## Assigned task:
Set out exactly every line of the entries below, starting at the line that holds "f 244 241 250" and stopping after the line that holds "f 258 181 204".

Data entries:

________________

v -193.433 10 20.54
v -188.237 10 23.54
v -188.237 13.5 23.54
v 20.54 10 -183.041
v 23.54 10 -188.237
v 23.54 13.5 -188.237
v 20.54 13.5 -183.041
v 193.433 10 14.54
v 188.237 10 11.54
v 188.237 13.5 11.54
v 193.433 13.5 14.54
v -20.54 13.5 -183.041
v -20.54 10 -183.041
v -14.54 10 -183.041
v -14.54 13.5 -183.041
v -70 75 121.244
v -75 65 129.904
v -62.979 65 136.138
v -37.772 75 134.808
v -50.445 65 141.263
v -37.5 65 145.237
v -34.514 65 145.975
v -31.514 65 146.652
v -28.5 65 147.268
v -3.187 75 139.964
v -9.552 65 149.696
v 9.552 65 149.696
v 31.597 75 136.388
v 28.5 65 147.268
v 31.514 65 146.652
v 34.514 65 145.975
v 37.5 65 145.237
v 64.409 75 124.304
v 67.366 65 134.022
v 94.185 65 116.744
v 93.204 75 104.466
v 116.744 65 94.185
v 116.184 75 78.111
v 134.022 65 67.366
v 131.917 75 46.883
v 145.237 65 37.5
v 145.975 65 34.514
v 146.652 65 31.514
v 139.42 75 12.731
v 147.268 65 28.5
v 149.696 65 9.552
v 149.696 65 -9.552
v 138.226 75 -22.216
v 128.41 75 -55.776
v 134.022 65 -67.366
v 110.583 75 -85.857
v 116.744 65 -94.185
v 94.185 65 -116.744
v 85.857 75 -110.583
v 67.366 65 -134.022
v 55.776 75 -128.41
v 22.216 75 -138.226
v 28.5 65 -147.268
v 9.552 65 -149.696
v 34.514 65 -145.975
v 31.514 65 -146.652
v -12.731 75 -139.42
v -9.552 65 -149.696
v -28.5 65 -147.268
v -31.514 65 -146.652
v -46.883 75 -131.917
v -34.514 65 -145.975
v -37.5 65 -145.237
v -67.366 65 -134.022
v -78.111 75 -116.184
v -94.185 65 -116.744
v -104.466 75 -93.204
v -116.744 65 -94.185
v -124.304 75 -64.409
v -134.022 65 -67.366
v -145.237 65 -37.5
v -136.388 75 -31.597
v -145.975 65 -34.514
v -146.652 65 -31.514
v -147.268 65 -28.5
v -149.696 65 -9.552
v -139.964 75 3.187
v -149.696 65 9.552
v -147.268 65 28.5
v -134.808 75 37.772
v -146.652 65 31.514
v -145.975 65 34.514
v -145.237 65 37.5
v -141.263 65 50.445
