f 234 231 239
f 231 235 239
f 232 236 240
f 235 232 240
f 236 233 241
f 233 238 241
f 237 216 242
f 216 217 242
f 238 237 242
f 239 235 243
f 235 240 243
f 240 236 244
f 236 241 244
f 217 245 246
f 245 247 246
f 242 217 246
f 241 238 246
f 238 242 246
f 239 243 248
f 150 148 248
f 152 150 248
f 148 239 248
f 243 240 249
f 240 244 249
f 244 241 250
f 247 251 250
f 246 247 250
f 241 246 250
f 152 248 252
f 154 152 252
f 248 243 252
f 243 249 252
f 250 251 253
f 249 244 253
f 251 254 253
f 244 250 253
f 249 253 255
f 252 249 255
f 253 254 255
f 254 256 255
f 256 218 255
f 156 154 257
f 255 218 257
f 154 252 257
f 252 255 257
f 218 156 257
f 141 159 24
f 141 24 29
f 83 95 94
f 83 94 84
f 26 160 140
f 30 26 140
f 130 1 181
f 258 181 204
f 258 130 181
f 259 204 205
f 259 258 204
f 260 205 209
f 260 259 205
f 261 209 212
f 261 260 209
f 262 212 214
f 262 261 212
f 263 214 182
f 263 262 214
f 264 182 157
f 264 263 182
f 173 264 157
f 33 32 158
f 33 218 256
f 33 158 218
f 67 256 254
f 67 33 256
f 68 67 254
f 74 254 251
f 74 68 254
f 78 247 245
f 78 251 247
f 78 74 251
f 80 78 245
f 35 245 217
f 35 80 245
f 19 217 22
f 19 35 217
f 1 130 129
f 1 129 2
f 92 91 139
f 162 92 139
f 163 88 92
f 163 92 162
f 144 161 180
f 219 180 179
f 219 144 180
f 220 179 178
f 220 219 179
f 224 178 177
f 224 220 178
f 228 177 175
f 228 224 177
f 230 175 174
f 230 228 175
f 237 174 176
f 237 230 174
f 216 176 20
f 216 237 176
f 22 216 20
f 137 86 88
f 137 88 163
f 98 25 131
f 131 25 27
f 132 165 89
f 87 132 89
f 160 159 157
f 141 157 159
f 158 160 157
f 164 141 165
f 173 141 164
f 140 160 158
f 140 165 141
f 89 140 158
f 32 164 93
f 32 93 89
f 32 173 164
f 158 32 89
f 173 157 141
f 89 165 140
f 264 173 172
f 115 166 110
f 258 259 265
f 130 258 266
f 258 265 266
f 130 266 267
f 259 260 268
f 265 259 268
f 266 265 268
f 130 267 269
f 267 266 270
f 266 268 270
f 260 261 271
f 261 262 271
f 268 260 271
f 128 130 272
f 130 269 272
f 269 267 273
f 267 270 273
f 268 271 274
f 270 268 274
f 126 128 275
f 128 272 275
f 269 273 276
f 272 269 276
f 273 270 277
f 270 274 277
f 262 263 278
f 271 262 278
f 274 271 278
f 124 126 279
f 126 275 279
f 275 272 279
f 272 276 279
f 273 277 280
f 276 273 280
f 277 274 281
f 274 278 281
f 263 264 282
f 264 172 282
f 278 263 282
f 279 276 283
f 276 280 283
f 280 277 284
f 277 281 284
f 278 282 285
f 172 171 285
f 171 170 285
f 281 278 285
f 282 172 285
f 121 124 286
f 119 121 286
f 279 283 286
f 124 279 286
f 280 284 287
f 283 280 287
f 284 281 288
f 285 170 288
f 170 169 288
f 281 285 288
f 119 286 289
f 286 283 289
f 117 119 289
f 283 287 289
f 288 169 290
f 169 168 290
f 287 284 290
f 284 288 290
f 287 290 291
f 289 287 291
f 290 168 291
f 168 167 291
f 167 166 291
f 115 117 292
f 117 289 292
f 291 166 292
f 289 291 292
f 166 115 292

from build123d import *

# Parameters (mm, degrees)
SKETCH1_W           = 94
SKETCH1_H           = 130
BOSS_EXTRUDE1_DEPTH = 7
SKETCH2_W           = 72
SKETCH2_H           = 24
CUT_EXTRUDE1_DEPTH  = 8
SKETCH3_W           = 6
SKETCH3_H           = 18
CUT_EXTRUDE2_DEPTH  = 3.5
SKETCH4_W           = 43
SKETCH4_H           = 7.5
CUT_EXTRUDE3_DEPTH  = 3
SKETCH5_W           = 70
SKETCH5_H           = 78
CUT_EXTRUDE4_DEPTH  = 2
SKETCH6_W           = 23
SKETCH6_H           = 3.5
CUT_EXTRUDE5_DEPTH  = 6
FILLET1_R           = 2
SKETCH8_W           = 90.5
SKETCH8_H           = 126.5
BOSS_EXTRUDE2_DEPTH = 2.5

________________

## Expected answer:
f 244 241 250
f 247 251 250
f 246 247 250
f 241 246 250
f 152 248 252
f 154 152 252
f 248 243 252
f 243 249 252
f 250 251 253
f 249 244 253
f 251 254 253
f 244 250 253
f 249 253 255
f 252 249 255
f 253 254 255
f 254 256 255
f 256 218 255
f 156 154 257
f 255 218 257
f 154 252 257
f 252 255 257
f 218 156 257
f 141 159 24
f 141 24 29
f 83 95 94
f 83 94 84
f 26 160 140
f 30 26 140
f 130 1 181
f 258 181 204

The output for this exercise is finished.